If he had pushed his indiscretion even further, the observer would have noticed that a stout piece of string was also doing duty for our hero's belt, and that he wore no underpants. His inner garments were held together by an armoury of safety-pins, like those of an Arab. On each foot he wore two woollen socks, one on top of the other (whence, no doubt, the size of his boots). Turning out the pockets, the observer would have discovered the following items of note: an old crust of bread, two lumps of sugar, a sordid mixture of shreds of black tobacco and solidified bread crumbs, and a solid gold watch, which would have arrested his attention. It was an old, flat watch, stamped all over with the beauty of priceless craftsmanship, and its case was almost entirely concealed by the loops and tendrils of an elaborate coat of arms (lion, pennons, the whole shoot), crowned with a baron's coronet. Rounding off his investigation with the wallet — a tattered wallet with the pencil missing from its socket — the observer would have come across, on the one side a hundred francs, and on the other a card advertising the establishment of Jenny, Theatrical Make-Up, etc. and three visiting cards which must have been there a good ten years, for they were so faded as to be almost brown at the edges. They bore the following inscription, printed in a vulgar type:
Élie de Coëtquidan. 11 rue de Lisbonne.
And — a practice nowadays confined to the provinces, and perhaps exclusively to Brittany — the inscription was surmounted by a baron's coronet.

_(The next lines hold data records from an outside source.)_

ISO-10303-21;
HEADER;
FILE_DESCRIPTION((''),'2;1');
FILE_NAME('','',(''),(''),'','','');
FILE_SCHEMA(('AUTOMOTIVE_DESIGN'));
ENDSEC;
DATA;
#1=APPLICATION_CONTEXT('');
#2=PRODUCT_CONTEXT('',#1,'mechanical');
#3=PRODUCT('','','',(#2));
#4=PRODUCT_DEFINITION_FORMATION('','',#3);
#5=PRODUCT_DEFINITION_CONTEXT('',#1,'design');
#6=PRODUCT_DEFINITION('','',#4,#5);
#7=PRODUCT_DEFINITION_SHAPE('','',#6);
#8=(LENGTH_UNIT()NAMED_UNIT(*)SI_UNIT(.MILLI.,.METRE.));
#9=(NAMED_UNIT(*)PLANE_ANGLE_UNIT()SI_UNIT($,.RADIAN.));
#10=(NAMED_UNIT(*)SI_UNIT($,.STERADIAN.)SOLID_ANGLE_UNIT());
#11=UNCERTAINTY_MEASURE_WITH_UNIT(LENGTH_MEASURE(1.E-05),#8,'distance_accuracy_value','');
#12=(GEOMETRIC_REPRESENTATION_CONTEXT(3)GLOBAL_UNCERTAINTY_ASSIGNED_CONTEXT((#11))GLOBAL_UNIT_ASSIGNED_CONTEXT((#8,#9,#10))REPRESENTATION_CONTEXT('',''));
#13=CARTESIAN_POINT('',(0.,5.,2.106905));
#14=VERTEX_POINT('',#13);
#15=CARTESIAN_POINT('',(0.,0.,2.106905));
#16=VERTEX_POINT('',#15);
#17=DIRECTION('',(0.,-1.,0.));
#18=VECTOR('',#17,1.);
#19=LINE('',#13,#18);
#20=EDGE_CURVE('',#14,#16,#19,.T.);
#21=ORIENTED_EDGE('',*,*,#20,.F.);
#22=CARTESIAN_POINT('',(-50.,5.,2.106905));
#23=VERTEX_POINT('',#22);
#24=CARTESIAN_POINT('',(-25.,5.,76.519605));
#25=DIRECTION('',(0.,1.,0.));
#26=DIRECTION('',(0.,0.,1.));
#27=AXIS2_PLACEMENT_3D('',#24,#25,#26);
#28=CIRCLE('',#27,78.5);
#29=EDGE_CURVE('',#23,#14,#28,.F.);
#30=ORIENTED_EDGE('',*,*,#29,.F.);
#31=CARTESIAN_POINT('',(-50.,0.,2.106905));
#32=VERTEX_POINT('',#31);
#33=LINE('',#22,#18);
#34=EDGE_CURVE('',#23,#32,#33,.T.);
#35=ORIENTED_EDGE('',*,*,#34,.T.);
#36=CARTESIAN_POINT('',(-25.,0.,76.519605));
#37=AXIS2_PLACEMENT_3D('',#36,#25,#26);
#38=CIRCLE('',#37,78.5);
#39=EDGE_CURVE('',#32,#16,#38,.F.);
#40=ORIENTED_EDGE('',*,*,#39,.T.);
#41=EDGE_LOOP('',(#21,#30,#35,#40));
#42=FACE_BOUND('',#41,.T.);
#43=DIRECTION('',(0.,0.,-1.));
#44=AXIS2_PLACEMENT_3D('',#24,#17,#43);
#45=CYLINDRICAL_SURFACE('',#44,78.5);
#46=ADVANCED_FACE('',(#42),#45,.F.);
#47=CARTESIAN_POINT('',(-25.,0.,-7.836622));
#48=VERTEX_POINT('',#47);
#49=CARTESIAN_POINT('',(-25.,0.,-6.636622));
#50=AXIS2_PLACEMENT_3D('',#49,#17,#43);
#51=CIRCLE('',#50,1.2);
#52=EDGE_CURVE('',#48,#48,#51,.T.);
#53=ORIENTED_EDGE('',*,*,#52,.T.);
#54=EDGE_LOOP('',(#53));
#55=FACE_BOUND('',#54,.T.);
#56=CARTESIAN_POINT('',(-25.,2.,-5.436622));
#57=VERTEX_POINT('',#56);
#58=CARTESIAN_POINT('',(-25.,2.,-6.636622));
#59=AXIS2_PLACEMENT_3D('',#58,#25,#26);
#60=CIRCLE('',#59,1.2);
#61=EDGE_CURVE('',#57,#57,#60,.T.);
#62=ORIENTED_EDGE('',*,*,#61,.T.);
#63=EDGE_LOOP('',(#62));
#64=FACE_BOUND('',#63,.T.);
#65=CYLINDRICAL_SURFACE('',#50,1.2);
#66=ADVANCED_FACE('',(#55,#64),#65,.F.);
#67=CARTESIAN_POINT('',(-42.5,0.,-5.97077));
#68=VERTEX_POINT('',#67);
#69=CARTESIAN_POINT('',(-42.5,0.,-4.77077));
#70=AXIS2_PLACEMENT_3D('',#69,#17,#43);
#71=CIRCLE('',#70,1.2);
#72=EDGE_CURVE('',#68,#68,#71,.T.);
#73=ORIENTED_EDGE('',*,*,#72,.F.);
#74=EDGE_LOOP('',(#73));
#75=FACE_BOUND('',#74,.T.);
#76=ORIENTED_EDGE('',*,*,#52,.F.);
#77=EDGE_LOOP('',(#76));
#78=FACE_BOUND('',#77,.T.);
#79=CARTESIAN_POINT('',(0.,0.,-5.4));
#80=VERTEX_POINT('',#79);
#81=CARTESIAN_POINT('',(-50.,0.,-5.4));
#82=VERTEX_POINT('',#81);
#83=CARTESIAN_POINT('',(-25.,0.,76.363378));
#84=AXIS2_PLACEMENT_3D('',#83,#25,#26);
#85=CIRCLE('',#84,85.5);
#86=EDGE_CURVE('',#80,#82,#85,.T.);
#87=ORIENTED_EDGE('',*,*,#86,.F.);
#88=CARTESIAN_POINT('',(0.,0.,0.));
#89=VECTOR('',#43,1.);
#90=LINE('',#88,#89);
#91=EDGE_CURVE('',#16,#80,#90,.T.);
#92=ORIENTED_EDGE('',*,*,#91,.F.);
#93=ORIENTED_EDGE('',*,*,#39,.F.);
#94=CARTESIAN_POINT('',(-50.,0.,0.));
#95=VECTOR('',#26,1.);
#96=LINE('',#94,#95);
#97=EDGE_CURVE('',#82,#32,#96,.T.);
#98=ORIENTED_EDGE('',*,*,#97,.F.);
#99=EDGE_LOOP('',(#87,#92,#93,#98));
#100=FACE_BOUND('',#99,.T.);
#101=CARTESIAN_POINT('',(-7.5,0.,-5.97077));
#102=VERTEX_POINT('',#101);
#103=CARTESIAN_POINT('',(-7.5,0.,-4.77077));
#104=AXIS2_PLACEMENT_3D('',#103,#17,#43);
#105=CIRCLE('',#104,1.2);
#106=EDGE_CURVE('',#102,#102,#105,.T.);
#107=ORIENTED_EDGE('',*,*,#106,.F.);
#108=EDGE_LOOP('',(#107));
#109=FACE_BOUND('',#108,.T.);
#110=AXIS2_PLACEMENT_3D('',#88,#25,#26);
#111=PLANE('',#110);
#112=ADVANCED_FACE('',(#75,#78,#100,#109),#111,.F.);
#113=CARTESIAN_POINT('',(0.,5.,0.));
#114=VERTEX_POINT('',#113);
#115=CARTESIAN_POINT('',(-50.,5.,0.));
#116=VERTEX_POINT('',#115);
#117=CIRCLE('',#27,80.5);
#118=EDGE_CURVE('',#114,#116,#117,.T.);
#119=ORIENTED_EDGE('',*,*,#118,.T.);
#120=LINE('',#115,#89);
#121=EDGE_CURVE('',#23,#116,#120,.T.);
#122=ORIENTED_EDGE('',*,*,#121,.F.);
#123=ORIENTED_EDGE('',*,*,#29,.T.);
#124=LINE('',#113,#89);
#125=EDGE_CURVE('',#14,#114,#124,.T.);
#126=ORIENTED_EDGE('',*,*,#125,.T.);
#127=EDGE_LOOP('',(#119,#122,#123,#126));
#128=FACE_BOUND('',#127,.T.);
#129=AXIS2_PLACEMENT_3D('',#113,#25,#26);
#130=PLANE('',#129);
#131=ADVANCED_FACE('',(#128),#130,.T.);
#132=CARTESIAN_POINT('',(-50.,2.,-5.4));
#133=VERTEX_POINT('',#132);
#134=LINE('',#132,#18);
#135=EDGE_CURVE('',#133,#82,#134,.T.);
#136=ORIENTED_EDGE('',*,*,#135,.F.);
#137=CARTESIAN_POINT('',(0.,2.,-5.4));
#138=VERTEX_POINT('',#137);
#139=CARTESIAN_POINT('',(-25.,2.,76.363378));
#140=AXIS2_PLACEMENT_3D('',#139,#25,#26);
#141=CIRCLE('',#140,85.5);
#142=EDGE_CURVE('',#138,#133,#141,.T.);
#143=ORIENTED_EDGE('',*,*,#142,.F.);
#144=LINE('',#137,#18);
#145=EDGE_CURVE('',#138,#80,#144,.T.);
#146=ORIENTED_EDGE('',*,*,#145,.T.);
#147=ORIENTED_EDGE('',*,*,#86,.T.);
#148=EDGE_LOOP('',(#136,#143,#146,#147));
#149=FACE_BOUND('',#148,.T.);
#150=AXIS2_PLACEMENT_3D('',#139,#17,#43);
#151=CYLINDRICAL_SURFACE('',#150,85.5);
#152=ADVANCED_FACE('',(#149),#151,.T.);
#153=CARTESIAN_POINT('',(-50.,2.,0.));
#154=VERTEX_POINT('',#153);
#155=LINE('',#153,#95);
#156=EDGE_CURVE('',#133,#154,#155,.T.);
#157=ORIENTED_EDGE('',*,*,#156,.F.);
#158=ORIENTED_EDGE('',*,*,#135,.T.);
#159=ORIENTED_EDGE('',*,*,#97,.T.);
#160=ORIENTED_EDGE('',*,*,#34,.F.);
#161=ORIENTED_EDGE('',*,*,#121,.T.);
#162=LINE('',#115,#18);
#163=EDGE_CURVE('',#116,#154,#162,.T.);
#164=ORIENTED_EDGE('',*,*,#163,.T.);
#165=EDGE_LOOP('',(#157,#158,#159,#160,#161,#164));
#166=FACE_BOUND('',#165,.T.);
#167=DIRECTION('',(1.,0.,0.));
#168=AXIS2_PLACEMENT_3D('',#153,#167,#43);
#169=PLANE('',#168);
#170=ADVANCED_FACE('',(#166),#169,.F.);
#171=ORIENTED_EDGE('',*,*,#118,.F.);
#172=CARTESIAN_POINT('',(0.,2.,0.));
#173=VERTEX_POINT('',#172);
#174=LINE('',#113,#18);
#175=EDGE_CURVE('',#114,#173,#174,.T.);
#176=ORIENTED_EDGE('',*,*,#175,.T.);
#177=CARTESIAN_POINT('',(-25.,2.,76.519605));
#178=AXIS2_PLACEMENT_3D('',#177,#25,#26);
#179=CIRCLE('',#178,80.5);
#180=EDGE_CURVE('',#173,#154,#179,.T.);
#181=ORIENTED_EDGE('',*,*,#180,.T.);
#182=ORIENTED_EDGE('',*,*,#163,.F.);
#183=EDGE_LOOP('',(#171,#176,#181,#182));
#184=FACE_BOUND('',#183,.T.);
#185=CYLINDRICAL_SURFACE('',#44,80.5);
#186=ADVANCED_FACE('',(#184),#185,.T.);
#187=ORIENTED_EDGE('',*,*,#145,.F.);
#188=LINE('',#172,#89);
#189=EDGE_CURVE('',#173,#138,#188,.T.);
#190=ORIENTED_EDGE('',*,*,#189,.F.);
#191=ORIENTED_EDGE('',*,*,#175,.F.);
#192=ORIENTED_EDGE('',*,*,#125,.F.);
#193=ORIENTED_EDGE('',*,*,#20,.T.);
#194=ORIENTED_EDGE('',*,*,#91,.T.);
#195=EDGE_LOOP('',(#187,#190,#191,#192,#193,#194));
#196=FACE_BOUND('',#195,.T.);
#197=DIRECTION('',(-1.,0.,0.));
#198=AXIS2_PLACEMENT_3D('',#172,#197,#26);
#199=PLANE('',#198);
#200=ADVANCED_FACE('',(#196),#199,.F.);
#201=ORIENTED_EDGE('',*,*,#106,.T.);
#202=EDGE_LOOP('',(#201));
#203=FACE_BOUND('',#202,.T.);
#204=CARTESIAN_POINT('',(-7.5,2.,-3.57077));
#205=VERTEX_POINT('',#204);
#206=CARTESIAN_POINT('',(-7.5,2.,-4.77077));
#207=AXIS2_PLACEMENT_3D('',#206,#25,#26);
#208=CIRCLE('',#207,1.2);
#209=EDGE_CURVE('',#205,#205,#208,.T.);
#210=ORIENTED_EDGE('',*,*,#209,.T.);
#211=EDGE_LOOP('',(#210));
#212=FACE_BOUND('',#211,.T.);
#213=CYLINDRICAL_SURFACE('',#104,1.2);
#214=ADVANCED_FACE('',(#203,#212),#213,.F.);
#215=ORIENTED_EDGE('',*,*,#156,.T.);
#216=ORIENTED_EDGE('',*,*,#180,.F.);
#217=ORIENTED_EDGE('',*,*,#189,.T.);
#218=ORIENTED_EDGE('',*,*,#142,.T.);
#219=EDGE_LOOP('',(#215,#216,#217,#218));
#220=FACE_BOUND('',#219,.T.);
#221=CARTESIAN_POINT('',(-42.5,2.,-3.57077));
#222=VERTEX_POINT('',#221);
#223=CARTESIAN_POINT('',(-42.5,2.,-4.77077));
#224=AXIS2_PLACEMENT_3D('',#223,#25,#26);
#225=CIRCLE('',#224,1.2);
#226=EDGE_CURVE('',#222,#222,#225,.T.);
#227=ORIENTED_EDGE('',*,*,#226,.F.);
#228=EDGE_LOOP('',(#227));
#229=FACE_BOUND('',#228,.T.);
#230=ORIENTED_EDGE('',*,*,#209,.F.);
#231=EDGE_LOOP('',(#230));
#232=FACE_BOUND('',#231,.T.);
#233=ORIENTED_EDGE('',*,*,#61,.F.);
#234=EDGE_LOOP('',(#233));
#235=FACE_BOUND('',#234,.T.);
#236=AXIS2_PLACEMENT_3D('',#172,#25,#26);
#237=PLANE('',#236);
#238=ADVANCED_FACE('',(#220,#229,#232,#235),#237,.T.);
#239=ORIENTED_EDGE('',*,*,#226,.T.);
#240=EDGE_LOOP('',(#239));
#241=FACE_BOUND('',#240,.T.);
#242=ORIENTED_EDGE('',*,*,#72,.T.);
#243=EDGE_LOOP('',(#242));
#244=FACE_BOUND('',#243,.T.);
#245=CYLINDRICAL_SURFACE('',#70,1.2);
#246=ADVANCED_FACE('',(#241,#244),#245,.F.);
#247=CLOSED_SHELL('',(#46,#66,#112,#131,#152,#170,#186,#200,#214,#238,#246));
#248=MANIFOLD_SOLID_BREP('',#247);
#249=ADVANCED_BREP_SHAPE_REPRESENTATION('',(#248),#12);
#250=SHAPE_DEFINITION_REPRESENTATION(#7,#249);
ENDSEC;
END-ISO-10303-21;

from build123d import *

# Parameters (mm, degrees)
EXTRUDE_1_DEPTH   = 2
EXTRUDE_2_DEPTH   = 5
HOLE_WIZARD_M21_D = 2.4


with BuildPart() as part:
    # Эскиз1 → Бобышка-Вытянуть1 (new body)
    with BuildSketch(Plane(origin=(0, 0, 0), x_dir=(1, 0, 0), z_dir=(0, 1, 0))):
        with BuildLine():
            ThreePointArc((0, 0), (-25, 3.980394669), (-50, 0))
            Line((-50, 0), (-50, 5.4))
            ThreePointArc((-50, 5.4), (-25, 9.13662189), (0, 5.4))
            Line((0, 5.4), (0, 0))
        make_face()
    extrude(amount=EXTRUDE_1_DEPTH)

    # Эскиз1<3> → Бобышка-Вытянуть2 (add)
    with BuildSketch(Plane(origin=(0, 0, 0), x_dir=(1, 0, 0), z_dir=(0, 1, 0))):
        with BuildLine():
            Line((-50, -2.106904802), (-50, 0))
            ThreePointArc((-50, 0), (-25, 3.980394669), (0, 0))
            Line((0, 0), (0, -2.106904802))
            ThreePointArc((0, -2.106904802), (-25, 1.980394669), (-50, -2.106904802))
        make_face()
    extrude(amount=EXTRUDE_2_DEPTH)

    # Отверстие с зазором M21 (through all)
    with Locations(Plane(origin=(0, 0, 0), x_dir=(-1, 0, 0), z_dir=(0, -1, 0))):
        with Locations((42.5, 4.770770064), (25, 6.63662189), (7.5, 4.770770064)):
            Hole(HOLE_WIZARD_M21_D / 2)


solid = part.part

M. Élie de Coëtquidan, propped up on one leg, jostled by passers-by, but imperturbable, read his paper from cover to cover by the light of this barber's shop, in front of which he had been reading it every night at the same hour — although several nearby shops were better lit — for the past nine years. The contents of what he read drew from him now and then a sort of growl, a very characteristic 'Hrr. . . .' or sometimes an exclamation: 'Swine!', 'Trash! 'Hrr, that's the young all over!' Eventually, holding the newspaper unfolded by one corner, he shuffled off towards the boulevard Arago. From time to time he would slow down in order to poke with his cane at some bit of paper or refuse on the pavement, with the age-old gesture of the ragman.